---- Records shown

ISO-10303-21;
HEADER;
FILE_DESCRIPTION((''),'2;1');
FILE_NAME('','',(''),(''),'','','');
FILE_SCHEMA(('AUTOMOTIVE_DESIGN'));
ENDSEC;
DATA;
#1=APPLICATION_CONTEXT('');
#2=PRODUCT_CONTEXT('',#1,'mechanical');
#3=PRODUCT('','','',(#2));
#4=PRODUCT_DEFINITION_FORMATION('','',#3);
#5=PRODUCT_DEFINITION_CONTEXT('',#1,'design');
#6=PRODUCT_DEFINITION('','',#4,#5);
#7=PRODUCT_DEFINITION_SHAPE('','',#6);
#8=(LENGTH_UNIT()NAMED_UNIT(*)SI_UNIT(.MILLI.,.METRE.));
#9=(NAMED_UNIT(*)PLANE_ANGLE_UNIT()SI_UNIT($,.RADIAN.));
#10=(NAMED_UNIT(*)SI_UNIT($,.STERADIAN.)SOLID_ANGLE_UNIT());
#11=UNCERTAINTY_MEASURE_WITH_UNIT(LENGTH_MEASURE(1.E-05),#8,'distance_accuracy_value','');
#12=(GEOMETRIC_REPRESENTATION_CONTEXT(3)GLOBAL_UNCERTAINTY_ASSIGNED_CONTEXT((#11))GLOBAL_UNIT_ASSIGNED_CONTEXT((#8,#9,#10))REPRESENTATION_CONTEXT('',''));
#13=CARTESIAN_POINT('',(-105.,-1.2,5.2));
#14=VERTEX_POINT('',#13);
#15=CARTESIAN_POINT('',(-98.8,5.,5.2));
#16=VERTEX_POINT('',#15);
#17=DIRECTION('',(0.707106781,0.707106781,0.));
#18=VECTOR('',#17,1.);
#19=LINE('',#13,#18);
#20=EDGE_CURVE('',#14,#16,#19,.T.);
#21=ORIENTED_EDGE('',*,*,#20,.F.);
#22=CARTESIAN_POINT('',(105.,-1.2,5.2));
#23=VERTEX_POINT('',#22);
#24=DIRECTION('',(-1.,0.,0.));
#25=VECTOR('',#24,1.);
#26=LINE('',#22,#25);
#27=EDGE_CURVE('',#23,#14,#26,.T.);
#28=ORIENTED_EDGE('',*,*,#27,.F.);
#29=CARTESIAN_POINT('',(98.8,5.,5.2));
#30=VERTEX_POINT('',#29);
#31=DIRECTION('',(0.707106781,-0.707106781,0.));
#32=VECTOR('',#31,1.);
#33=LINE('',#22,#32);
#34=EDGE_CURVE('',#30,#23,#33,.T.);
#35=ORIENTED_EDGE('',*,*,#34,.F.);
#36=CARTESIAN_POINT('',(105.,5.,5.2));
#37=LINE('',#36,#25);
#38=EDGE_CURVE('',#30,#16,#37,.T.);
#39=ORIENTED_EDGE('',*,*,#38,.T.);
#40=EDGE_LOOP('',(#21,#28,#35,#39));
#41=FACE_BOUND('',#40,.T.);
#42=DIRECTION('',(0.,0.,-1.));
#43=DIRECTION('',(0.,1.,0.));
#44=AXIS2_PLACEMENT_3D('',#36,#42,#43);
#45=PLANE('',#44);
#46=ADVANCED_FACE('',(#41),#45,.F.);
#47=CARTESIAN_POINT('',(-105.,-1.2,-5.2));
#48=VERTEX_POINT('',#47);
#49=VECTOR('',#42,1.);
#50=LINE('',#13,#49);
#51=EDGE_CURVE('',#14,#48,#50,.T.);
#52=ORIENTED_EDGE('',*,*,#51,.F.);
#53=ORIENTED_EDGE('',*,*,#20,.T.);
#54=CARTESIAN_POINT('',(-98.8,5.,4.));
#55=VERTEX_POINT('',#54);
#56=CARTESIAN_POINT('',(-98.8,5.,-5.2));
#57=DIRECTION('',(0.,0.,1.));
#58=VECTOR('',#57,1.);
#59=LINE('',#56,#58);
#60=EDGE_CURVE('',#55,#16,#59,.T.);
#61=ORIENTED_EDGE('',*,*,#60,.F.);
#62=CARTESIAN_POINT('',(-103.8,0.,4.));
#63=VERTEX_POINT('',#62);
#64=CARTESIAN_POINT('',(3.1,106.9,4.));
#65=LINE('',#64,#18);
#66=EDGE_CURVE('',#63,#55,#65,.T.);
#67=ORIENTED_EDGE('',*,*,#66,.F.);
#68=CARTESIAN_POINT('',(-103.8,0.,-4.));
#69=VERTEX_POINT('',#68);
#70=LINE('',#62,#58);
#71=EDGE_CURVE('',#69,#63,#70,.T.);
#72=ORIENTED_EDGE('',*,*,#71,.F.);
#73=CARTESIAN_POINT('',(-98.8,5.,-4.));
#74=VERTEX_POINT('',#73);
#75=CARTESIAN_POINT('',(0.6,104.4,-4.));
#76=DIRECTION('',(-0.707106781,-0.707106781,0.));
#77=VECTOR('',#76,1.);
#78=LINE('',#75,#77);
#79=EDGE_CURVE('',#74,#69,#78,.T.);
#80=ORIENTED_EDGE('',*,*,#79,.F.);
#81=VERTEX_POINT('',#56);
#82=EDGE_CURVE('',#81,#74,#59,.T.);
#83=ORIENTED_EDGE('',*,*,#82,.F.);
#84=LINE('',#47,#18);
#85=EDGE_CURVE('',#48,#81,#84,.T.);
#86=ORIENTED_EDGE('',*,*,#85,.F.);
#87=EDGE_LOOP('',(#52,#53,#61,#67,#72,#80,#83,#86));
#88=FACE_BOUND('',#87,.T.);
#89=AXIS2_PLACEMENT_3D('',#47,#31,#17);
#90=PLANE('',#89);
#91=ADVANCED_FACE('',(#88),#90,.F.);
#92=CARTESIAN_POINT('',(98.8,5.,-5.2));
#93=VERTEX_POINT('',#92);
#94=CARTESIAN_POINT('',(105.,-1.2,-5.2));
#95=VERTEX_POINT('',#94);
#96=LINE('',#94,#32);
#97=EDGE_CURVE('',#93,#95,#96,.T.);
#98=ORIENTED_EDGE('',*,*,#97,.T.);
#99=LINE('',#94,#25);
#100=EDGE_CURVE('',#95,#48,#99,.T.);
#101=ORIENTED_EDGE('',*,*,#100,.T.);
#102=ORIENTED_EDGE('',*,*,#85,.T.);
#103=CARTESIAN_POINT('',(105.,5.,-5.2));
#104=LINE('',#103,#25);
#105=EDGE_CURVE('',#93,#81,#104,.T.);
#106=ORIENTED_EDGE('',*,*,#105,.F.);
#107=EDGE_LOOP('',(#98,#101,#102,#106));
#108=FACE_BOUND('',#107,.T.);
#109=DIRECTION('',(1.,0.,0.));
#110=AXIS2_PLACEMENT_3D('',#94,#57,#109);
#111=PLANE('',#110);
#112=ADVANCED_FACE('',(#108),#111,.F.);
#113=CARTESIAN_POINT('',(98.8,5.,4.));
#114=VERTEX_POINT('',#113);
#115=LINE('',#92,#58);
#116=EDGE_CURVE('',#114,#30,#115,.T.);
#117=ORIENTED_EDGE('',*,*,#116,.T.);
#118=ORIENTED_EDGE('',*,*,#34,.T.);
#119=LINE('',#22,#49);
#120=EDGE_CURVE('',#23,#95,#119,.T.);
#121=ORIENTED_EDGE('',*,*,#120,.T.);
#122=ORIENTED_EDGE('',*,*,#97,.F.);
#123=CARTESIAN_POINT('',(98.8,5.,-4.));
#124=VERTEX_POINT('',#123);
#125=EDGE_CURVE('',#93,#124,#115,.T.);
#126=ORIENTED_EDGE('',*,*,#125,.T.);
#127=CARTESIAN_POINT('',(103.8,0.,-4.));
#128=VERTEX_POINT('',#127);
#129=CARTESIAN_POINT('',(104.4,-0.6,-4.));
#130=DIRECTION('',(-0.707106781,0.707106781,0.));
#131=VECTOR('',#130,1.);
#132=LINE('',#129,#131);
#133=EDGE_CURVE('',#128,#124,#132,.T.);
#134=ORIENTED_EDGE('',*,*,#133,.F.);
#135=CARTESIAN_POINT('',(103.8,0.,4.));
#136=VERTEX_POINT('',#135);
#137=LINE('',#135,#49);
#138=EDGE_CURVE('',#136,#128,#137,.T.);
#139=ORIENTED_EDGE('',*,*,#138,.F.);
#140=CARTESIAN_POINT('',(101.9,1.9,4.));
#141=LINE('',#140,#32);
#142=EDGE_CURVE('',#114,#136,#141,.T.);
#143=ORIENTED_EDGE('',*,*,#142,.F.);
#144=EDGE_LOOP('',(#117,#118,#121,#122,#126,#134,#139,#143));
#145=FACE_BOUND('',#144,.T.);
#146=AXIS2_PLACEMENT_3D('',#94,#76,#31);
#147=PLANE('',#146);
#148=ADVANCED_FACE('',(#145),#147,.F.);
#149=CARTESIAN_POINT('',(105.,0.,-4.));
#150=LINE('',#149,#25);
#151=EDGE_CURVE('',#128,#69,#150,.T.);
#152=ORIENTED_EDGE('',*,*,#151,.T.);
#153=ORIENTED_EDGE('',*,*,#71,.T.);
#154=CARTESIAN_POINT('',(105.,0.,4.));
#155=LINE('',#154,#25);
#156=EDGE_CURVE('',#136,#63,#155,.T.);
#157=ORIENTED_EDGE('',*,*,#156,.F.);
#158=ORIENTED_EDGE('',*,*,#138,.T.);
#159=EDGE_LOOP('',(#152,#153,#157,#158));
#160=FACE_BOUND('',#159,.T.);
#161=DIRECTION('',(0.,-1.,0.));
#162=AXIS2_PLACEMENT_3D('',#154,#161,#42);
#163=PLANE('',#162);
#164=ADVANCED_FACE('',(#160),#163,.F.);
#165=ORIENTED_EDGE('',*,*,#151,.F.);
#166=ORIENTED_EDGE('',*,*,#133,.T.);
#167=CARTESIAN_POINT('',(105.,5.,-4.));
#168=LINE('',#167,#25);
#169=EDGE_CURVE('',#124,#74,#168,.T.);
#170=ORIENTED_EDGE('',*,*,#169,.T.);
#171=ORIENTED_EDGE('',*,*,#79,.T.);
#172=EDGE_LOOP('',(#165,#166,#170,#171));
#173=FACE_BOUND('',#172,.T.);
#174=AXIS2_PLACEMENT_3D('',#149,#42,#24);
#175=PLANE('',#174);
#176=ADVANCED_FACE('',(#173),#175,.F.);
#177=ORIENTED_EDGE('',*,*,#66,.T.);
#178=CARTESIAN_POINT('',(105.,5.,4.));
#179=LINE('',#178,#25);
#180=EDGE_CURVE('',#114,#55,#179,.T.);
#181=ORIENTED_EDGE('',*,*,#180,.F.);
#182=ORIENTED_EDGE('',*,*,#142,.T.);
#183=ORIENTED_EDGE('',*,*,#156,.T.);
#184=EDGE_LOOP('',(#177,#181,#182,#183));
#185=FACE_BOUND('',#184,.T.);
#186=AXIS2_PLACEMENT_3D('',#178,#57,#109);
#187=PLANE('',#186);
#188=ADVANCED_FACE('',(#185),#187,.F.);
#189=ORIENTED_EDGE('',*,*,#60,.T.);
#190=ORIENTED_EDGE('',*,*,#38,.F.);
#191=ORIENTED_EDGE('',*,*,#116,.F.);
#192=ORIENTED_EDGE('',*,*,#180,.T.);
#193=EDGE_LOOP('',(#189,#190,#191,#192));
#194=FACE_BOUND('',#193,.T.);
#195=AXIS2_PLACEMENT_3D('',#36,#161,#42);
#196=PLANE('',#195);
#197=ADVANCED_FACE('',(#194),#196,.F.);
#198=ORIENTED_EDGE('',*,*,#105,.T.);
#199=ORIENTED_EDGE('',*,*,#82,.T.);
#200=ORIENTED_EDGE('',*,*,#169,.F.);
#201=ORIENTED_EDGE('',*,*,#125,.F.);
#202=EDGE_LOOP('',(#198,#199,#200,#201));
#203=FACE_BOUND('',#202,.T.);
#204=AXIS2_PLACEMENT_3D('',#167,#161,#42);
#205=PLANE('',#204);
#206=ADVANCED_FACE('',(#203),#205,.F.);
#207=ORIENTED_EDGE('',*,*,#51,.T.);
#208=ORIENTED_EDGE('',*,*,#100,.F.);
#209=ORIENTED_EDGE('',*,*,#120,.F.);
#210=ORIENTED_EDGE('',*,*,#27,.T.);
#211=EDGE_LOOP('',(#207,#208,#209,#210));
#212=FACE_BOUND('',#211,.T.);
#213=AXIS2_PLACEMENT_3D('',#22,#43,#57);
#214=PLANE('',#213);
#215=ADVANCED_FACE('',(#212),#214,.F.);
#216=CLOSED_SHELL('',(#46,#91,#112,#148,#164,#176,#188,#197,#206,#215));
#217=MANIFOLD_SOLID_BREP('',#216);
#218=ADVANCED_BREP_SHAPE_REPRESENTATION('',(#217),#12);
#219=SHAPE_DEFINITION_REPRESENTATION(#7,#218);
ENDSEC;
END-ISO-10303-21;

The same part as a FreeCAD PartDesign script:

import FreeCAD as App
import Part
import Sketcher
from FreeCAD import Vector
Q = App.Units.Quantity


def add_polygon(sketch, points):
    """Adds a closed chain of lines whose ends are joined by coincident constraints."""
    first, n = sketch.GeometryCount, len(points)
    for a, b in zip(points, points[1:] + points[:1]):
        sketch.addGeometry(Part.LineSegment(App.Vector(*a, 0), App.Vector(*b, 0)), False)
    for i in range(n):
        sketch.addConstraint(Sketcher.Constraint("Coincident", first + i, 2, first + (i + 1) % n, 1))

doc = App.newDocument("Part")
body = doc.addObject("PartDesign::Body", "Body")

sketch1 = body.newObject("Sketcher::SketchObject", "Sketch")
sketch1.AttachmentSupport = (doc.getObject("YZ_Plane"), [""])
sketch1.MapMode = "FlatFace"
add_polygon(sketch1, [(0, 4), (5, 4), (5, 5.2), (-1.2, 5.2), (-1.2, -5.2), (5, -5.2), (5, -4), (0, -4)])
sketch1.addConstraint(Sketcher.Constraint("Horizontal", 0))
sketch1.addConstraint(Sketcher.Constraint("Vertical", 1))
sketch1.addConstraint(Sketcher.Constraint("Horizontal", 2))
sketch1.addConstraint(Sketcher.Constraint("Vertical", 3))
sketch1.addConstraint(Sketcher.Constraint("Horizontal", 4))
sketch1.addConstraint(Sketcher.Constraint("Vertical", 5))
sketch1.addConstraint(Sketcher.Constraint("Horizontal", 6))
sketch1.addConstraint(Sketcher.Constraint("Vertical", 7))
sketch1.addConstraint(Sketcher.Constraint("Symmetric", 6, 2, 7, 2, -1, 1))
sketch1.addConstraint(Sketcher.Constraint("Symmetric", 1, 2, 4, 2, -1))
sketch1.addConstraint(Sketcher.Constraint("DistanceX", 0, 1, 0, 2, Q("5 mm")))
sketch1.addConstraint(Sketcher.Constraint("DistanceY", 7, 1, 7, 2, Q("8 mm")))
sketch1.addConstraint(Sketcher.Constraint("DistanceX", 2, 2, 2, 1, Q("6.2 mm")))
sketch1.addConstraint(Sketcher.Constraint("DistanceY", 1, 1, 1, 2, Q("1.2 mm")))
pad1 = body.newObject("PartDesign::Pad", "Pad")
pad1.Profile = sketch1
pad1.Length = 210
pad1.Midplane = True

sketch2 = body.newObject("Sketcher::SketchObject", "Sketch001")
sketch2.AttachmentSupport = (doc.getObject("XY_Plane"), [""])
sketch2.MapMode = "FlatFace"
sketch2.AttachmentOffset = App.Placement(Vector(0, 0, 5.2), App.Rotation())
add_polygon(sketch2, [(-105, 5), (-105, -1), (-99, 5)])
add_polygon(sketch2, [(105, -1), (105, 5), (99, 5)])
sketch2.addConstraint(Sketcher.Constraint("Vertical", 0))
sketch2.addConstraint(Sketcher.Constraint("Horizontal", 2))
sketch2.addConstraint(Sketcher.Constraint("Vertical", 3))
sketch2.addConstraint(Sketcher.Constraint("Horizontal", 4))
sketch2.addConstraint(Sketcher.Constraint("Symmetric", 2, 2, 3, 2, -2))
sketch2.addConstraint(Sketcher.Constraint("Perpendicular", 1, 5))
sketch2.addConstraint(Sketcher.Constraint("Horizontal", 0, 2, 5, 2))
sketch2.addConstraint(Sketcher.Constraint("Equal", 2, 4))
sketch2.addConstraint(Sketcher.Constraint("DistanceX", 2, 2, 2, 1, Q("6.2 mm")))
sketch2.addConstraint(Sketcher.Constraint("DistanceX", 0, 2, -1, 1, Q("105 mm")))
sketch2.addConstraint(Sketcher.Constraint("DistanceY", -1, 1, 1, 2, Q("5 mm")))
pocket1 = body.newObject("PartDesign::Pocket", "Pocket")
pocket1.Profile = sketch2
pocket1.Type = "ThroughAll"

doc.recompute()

--------

## Task to complete
Repeat, exactly as they stand above, the lines from the line with "#161=DIRECTION('',(0.,-1.,0.));" to the line with "#205=PLANE('',#204);", both lines included.

## Reply to the exercise
#161=DIRECTION('',(0.,-1.,0.));
#162=AXIS2_PLACEMENT_3D('',#154,#161,#42);
#163=PLANE('',#162);
#164=ADVANCED_FACE('',(#160),#163,.F.);
#165=ORIENTED_EDGE('',*,*,#151,.F.);
#166=ORIENTED_EDGE('',*,*,#133,.T.);
#167=CARTESIAN_POINT('',(105.,5.,-4.));
#168=LINE('',#167,#25);
#169=EDGE_CURVE('',#124,#74,#168,.T.);
#170=ORIENTED_EDGE('',*,*,#169,.T.);
#171=ORIENTED_EDGE('',*,*,#79,.T.);
#172=EDGE_LOOP('',(#165,#166,#170,#171));
#173=FACE_BOUND('',#172,.T.);
#174=AXIS2_PLACEMENT_3D('',#149,#42,#24);
#175=PLANE('',#174);
#176=ADVANCED_FACE('',(#173),#175,.F.);
#177=ORIENTED_EDGE('',*,*,#66,.T.);
#178=CARTESIAN_POINT('',(105.,5.,4.));
#179=LINE('',#178,#25);
#180=EDGE_CURVE('',#114,#55,#179,.T.);
#181=ORIENTED_EDGE('',*,*,#180,.F.);
#182=ORIENTED_EDGE('',*,*,#142,.T.);
#183=ORIENTED_EDGE('',*,*,#156,.T.);
#184=EDGE_LOOP('',(#177,#181,#182,#183));
#185=FACE_BOUND('',#184,.T.);
#186=AXIS2_PLACEMENT_3D('',#178,#57,#109);
#187=PLANE('',#186);
#188=ADVANCED_FACE('',(#185),#187,.F.);
#189=ORIENTED_EDGE('',*,*,#60,.T.);
#190=ORIENTED_EDGE('',*,*,#38,.F.);
#191=ORIENTED_EDGE('',*,*,#116,.F.);
#192=ORIENTED_EDGE('',*,*,#180,.T.);
#193=EDGE_LOOP('',(#189,#190,#191,#192));
#194=FACE_BOUND('',#193,.T.);
#195=AXIS2_PLACEMENT_3D('',#36,#161,#42);
#196=PLANE('',#195);
#197=ADVANCED_FACE('',(#194),#196,.F.);
#198=ORIENTED_EDGE('',*,*,#105,.T.);
#199=ORIENTED_EDGE('',*,*,#82,.T.);
#200=ORIENTED_EDGE('',*,*,#169,.F.);
#201=ORIENTED_EDGE('',*,*,#125,.F.);
#202=EDGE_LOOP('',(#198,#199,#200,#201));
#203=FACE_BOUND('',#202,.T.);
#204=AXIS2_PLACEMENT_3D('',#167,#161,#42);
#205=PLANE('',#204);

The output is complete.